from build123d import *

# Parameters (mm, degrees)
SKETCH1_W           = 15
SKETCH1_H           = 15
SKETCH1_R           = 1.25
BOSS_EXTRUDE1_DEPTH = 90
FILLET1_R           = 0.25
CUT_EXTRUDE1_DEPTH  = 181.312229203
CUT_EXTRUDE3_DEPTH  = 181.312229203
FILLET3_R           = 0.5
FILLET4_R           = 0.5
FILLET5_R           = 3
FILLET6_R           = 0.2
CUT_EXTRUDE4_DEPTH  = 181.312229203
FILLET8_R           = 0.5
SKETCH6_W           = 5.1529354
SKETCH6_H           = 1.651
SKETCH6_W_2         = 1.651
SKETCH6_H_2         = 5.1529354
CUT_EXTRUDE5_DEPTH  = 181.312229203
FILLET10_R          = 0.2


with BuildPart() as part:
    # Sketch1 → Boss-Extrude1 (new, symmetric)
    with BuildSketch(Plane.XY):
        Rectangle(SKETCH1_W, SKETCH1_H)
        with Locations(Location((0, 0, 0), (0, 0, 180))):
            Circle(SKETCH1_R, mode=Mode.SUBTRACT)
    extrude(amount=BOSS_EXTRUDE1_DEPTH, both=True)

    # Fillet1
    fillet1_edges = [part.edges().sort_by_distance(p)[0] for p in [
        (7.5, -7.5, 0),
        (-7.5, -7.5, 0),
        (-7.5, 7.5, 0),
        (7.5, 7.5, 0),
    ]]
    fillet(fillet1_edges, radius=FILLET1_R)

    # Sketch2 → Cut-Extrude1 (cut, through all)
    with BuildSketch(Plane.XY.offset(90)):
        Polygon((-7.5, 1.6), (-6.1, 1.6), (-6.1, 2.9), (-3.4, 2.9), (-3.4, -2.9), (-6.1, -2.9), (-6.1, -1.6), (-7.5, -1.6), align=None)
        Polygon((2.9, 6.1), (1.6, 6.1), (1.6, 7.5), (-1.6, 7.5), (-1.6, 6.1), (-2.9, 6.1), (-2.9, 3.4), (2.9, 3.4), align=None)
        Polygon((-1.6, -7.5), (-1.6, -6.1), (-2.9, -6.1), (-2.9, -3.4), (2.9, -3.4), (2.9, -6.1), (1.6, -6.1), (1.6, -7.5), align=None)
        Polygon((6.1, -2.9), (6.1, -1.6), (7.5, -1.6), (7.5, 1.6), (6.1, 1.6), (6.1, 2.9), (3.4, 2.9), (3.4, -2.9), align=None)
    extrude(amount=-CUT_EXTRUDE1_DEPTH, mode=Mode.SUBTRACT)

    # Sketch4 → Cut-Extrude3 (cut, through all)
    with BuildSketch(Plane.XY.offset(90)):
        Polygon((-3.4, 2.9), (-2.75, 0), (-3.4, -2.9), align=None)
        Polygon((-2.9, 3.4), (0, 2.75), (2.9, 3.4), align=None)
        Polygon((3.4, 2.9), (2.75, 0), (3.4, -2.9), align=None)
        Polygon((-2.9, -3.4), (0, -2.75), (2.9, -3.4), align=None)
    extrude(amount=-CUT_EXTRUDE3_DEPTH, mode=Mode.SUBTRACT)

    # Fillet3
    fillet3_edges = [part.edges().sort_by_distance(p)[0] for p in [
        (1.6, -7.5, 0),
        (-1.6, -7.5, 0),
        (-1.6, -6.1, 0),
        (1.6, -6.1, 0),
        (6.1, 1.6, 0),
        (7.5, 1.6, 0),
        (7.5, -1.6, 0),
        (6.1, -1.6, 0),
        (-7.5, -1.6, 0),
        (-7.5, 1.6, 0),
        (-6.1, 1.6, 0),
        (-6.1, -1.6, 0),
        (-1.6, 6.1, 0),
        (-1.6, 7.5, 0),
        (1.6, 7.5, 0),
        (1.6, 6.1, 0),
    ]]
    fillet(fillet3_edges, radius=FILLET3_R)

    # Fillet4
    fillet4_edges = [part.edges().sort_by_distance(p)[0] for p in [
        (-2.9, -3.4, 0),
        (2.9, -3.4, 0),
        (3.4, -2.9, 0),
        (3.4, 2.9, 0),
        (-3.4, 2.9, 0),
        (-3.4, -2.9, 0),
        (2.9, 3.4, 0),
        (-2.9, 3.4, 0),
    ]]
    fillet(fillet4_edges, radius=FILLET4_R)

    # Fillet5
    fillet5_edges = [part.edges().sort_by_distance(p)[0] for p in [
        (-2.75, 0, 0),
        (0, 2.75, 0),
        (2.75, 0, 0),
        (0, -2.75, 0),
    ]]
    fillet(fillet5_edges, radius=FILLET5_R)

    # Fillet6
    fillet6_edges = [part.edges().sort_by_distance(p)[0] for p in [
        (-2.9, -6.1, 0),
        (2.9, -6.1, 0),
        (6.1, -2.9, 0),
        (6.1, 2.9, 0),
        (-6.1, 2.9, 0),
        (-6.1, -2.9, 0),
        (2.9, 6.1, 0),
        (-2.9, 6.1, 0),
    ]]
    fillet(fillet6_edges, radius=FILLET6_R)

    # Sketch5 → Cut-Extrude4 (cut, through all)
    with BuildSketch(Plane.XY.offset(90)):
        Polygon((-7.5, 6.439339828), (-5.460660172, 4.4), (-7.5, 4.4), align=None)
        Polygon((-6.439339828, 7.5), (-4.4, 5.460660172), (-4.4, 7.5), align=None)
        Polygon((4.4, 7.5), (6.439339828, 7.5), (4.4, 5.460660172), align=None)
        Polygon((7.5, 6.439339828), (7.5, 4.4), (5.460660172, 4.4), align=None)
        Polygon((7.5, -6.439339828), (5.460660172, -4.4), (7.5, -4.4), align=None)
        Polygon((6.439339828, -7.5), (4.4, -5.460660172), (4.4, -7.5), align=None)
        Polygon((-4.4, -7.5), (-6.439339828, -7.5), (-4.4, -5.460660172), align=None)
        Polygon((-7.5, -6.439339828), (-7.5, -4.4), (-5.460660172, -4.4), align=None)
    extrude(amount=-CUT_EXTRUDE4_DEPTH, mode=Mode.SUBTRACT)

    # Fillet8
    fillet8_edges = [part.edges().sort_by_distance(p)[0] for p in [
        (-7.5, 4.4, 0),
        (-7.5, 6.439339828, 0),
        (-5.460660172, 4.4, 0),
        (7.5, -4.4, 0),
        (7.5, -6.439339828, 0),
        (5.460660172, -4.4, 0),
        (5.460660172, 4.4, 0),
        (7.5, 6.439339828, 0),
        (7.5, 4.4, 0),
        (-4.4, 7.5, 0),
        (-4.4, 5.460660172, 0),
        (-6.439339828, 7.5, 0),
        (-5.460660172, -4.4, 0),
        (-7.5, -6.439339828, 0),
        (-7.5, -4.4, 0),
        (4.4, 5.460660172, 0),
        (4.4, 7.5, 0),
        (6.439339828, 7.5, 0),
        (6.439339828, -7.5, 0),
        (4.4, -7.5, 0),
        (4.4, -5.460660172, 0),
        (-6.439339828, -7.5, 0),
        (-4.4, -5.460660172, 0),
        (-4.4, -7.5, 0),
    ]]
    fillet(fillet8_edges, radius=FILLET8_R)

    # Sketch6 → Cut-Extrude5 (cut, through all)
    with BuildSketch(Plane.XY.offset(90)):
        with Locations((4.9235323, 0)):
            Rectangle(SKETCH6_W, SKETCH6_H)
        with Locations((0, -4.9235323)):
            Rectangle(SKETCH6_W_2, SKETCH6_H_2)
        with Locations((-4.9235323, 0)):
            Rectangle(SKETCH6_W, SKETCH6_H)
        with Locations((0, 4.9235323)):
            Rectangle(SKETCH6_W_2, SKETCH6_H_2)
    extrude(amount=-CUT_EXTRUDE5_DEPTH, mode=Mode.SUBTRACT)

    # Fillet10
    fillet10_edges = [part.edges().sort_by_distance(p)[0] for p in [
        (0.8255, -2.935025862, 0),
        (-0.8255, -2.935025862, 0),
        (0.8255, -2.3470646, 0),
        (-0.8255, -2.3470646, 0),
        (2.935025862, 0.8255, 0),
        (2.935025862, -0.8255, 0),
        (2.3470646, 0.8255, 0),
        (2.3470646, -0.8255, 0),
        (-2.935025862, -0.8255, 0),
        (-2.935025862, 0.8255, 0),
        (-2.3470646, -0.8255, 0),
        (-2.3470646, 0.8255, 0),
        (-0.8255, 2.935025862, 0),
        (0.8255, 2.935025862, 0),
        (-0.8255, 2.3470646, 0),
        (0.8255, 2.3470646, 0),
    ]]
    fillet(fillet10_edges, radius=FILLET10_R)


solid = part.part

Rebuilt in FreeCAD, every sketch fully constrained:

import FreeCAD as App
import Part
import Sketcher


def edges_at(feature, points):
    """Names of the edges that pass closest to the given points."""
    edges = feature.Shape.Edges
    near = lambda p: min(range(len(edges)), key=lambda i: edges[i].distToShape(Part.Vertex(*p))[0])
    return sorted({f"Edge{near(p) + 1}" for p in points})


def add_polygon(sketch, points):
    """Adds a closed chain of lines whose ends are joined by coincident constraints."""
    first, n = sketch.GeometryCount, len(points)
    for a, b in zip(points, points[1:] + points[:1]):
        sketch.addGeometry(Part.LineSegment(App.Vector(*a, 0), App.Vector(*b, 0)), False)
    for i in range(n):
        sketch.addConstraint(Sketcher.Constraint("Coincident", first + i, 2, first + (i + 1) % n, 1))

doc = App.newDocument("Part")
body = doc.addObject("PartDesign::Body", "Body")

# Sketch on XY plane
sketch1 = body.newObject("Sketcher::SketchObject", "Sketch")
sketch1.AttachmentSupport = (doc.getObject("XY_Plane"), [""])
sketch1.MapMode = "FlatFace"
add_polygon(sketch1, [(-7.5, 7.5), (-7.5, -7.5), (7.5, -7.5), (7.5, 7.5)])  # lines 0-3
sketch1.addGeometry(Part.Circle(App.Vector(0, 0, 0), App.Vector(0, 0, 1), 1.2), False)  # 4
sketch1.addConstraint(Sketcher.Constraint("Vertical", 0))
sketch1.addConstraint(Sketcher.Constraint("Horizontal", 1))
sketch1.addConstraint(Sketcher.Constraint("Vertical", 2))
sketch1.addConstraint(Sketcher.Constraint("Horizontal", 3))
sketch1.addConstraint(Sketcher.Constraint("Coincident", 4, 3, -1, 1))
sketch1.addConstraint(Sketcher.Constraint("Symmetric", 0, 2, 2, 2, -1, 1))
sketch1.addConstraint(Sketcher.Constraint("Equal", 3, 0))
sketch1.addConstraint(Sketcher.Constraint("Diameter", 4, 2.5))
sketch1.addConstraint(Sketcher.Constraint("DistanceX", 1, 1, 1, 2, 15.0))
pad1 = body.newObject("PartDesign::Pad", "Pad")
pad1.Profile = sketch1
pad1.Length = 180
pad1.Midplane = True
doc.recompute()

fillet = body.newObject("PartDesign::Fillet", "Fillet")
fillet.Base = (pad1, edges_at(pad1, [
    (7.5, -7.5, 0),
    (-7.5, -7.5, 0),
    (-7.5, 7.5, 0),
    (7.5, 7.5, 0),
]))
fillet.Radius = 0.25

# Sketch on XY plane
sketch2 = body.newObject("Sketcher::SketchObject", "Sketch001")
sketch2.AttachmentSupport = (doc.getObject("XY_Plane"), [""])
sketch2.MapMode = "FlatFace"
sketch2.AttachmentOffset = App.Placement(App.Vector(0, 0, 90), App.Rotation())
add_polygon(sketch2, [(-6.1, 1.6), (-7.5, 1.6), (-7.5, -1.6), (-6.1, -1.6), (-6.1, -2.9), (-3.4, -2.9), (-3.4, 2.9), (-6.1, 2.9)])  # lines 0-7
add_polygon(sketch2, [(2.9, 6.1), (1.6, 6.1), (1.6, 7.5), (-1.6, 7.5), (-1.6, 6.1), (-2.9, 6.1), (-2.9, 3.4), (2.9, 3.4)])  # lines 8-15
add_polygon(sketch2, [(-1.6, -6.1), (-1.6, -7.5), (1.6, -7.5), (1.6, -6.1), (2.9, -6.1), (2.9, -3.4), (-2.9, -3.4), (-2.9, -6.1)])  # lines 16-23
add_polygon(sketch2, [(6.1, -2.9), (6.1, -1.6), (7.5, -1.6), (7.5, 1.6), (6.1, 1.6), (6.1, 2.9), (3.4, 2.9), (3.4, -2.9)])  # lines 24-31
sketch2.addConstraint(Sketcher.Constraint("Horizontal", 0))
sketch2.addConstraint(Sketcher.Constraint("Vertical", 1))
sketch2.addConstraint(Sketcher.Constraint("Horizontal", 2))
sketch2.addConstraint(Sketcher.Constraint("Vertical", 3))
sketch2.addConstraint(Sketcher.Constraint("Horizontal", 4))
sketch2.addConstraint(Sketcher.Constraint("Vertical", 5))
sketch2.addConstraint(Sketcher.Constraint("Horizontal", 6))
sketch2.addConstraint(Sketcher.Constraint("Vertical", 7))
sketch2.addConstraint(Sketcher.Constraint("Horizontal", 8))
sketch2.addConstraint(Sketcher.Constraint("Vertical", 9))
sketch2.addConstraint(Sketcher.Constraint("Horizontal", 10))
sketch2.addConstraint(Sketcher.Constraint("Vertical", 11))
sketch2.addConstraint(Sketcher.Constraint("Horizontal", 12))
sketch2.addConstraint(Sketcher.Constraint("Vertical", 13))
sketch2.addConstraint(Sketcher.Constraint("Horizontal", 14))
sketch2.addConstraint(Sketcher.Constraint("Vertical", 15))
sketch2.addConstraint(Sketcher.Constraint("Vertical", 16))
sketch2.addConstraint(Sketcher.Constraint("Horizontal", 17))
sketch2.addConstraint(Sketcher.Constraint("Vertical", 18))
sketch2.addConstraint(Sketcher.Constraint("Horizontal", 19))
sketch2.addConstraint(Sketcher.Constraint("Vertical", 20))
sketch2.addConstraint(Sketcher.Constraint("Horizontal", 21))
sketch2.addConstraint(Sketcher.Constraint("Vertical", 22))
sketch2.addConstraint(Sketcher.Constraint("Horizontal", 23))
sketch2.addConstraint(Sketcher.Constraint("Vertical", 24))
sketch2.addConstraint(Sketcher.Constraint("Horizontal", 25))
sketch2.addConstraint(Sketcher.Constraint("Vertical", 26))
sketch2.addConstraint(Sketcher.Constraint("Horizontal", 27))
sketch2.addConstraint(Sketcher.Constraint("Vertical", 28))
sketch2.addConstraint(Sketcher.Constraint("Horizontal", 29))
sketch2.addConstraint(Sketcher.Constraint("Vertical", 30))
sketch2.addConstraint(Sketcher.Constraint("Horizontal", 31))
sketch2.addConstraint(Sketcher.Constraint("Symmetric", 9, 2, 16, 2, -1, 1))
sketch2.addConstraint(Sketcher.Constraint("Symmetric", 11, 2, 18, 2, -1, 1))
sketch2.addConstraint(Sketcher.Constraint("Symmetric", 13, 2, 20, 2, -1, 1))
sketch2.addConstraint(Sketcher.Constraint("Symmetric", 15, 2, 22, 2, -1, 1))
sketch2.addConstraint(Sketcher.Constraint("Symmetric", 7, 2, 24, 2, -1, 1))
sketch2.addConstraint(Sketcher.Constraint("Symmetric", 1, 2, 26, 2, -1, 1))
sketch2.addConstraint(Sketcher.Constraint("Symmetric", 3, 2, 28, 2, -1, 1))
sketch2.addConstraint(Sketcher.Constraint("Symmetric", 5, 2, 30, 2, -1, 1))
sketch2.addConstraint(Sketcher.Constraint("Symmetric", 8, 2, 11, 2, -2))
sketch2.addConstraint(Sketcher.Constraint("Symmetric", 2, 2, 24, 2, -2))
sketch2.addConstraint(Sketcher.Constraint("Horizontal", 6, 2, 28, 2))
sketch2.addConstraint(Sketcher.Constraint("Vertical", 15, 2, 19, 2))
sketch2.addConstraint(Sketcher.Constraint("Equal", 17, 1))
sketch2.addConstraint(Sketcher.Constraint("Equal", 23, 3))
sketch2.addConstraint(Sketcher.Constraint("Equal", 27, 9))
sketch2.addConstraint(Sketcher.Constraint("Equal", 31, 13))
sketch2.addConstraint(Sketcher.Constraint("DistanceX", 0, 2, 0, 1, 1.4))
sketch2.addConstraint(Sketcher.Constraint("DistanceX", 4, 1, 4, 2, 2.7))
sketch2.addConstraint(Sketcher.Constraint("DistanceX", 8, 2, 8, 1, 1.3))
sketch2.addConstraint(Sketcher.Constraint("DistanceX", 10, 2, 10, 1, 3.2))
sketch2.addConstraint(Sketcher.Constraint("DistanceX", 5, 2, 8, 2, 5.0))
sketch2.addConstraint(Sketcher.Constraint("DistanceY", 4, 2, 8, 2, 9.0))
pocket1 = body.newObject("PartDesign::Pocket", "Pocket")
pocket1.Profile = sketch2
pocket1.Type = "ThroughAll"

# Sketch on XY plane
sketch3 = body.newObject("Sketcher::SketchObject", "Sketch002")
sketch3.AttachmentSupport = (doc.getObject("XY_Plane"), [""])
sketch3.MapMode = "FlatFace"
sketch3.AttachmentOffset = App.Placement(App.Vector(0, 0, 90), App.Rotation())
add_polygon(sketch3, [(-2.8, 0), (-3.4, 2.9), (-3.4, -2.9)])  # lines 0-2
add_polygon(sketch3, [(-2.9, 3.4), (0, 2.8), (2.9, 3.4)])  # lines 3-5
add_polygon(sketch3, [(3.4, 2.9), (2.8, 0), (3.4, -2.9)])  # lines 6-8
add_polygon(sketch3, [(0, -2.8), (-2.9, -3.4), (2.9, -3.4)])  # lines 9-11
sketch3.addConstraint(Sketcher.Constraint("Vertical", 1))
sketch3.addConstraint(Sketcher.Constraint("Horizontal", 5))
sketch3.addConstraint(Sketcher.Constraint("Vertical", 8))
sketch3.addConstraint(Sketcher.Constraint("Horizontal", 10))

-------------------------

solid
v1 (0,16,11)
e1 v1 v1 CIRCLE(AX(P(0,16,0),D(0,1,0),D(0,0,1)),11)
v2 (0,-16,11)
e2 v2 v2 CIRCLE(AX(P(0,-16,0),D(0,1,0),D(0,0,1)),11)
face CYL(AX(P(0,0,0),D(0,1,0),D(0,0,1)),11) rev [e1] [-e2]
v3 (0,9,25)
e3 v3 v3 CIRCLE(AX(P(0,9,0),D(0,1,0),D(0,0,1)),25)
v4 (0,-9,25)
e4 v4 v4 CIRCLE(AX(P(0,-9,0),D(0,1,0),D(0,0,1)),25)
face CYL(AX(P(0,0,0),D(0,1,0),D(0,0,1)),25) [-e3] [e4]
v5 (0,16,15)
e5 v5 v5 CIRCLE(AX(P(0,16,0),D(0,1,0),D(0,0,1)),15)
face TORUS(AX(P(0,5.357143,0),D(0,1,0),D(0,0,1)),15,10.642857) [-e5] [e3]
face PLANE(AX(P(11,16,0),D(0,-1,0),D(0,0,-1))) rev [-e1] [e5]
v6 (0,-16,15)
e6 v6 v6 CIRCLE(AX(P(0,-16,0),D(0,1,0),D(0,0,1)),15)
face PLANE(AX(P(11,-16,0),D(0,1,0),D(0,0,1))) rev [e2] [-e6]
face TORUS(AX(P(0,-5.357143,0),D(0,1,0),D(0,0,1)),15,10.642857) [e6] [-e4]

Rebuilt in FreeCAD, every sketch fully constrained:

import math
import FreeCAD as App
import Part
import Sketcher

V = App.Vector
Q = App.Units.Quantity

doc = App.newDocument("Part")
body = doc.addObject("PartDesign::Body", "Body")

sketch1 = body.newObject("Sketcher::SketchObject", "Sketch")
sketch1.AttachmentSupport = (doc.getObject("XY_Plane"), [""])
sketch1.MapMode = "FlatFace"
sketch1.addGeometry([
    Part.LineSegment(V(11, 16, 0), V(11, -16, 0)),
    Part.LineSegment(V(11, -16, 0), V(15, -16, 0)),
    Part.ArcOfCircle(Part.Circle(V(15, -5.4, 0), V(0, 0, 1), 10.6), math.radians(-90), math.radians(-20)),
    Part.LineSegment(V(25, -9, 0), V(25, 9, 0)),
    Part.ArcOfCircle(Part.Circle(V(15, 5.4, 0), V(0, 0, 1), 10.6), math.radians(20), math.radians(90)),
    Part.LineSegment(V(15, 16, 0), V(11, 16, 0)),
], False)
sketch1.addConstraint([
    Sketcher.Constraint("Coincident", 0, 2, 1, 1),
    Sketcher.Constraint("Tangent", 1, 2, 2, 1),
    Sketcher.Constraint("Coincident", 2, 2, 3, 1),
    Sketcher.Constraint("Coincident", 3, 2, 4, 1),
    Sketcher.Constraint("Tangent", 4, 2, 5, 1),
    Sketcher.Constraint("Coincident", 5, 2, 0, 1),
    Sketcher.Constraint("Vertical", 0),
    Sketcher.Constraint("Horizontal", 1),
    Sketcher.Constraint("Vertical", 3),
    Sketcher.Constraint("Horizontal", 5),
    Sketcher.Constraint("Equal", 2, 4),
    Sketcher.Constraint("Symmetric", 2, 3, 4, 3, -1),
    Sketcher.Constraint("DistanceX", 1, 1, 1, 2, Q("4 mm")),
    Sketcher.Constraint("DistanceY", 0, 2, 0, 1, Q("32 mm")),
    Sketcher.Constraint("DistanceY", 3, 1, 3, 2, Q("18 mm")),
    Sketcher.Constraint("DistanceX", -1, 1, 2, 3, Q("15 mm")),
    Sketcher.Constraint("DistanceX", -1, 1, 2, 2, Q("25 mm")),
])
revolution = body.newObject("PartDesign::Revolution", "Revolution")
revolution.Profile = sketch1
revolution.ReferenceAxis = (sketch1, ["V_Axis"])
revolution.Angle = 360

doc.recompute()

-------------------------

### INSTRUCTIONS FOR THE TASK
What lines in the data hold the word "Locations"? Return them.

### RESULT OF THE TASK
        with Locations(Location((0, 0, 0), (0, 0, 180))):
        with Locations((4.9235323, 0)):
        with Locations((0, -4.9235323)):
        with Locations((-4.9235323, 0)):
        with Locations((0, 4.9235323)):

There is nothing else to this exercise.